Pemenuhan Hak Korban Pelanggaran HAM Berat Masih Jadi PR
Lembaga Perlindungan Saksi dan Korban (LPSK) tengah mencari model dan mekanisme untuk memudahkan pelaksanaan pelayanan permohonan tersebut.
“Diharap penanganan dan perlindungan terhadap saksi dan korban bisa lebih maksimal,” katanya.
Sedangkan Kasub Diseminasi HAM pada Kanwil Kemenkumham Jateng Siti Yulianingsih mengatakan, seluruh menteri/pimpinan lembaga pemerintah non-kementerian, wajib melaksanakan Ranham sesuai tugas dan fungsi
masing-masing.
Begitu pula dengan gubernur, bupati/wali kota, yang melaksanakan Ranham dengan memerhatikan kondisi dan permasalahan di daerah.
“Ranham disusun sebagai pedoman pelaksanaan penghormatan, pemajuan, pemenuhan, perlindungan HAM di Indonesia,” kata dia.
Sebelumnya, pada awal tahun 2015, LPSK telah merilis jumlah permohonan yang masuk pada 2014, di mana sepanjang tahun lalu terdapat 1.074 permohonan perlindungan.
Dari jumlah itu, sebanyak 981 permohonan telah dibahas dalam Rapat Paripurna LPSK. Hasilnya, sebanyak 685 permohonan diterima dan sisanya 296 kasus ditolak.
Provinsi Jawa Tengah dan Sumatera Barat menjadi asal pemohon yang paling mendominasi.
Khusus kasus pelanggaran HAM berat, datang dari pemohon korban pelanggaran HAM tahun 1965.

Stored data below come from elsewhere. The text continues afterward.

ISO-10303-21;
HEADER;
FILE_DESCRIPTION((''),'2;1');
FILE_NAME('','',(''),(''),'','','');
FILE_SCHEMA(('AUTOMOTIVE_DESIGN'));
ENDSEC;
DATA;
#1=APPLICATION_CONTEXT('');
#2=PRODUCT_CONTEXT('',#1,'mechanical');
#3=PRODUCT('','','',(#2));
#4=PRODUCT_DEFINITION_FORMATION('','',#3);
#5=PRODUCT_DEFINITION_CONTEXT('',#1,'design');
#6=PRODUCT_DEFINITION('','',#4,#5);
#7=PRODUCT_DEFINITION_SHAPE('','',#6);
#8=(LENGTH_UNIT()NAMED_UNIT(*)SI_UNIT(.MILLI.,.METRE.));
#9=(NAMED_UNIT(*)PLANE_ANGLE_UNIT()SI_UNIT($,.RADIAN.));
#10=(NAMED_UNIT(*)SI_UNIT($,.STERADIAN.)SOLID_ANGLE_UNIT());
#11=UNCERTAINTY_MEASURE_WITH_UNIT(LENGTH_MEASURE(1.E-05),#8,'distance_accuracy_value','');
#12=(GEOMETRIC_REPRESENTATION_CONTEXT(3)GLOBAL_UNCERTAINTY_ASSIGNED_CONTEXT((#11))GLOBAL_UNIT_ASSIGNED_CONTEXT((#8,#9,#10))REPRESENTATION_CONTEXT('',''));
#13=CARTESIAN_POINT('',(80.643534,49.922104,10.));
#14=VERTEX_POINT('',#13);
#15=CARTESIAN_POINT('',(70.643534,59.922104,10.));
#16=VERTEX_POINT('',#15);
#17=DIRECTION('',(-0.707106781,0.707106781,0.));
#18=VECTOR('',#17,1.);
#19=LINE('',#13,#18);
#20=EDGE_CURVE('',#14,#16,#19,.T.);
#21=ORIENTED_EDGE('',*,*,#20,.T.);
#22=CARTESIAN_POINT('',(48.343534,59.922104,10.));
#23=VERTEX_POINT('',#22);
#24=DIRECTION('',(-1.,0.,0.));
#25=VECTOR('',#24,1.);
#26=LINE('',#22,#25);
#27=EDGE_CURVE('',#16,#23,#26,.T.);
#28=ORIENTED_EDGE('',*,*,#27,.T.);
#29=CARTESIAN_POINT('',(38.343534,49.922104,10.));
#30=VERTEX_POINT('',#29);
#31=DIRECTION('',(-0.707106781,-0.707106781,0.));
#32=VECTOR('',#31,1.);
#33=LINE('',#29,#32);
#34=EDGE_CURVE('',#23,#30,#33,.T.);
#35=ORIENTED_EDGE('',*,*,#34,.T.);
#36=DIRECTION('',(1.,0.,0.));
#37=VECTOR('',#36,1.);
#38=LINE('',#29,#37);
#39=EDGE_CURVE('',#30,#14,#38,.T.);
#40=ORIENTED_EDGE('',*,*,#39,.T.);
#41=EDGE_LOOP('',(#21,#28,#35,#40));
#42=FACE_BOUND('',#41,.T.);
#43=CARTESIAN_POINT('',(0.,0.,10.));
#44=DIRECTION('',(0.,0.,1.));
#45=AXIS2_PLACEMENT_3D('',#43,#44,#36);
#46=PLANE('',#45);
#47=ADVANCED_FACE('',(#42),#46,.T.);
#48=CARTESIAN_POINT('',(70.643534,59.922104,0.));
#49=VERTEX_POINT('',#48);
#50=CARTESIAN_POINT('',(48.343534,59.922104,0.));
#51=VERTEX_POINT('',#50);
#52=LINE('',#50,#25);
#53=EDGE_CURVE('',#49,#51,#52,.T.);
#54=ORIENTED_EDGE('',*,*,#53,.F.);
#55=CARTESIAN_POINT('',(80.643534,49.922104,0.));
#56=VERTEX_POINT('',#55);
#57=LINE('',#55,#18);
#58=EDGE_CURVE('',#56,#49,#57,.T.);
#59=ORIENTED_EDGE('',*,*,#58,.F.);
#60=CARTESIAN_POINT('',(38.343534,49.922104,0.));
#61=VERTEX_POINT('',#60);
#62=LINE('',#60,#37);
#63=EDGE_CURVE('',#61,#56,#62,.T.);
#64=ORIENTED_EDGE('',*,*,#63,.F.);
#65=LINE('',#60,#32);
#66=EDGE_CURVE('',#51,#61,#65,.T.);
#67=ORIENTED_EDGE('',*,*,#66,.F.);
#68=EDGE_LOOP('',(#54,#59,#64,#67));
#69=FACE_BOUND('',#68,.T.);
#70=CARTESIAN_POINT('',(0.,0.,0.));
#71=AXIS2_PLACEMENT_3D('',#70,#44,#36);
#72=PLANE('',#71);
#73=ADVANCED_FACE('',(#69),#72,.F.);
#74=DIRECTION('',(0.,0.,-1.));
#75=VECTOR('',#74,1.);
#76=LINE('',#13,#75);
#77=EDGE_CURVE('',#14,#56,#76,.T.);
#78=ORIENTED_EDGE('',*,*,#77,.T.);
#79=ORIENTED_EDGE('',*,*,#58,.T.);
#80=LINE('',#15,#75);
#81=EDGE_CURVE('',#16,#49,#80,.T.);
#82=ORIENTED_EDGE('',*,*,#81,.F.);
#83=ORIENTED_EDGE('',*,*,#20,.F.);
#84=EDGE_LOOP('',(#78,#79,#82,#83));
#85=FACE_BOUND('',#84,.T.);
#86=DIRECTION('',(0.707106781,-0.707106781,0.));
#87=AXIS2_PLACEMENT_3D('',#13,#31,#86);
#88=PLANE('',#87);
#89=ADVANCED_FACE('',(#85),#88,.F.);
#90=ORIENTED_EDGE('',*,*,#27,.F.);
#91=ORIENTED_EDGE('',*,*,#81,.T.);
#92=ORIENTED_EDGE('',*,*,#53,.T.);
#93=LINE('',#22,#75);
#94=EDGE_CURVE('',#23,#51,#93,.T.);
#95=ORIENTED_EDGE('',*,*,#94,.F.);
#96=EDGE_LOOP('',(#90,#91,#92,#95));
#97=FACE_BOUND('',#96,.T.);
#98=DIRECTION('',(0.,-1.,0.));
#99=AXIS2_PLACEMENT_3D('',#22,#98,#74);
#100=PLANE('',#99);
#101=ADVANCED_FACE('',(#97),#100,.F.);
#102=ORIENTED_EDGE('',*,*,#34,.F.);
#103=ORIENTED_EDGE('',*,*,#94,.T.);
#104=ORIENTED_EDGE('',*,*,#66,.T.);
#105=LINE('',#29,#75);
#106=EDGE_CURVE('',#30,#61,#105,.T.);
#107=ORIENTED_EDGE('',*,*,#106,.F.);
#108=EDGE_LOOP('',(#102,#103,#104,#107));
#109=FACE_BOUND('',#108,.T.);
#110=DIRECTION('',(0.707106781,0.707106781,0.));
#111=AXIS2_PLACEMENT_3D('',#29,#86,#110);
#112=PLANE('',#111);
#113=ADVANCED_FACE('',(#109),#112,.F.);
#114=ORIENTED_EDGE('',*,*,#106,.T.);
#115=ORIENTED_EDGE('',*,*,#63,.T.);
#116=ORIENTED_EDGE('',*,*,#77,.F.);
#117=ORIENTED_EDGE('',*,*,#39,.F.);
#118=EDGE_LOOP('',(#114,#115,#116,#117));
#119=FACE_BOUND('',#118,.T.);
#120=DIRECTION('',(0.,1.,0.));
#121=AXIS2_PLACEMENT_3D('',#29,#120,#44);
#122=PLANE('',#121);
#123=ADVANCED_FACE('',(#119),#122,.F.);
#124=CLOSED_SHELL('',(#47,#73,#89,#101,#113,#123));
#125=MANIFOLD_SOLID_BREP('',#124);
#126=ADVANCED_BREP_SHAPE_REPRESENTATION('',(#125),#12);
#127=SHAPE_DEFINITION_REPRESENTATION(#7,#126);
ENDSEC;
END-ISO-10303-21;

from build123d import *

# Parameters (mm, degrees)
EXTRUDE_1_DEPTH = 10


with BuildPart() as part:
    # 草图1 → 凸台-拉伸1 (new body)
    with BuildSketch(Plane.XY):
        Polygon((38.343533802, 49.922103819), (80.643533802, 49.922103819), (70.643533802, 59.922103819), (48.343533802, 59.922103819), align=None)
    extrude(amount=EXTRUDE_1_DEPTH)


solid = part.part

Kasus pelanggaran HAM menjadi yang terbanyak dengan 644 laporan, disusul trafficking 144 laporan, korupsi 43
laporan, kekerasan dalam rumah tangga 3 laporan, tindak pidana pencucian uang 1 laporan dan pidana umum 210 laporan, yang terdiri dari kasus individu, pemerkosaan, kekerasan kolektif dan aparat.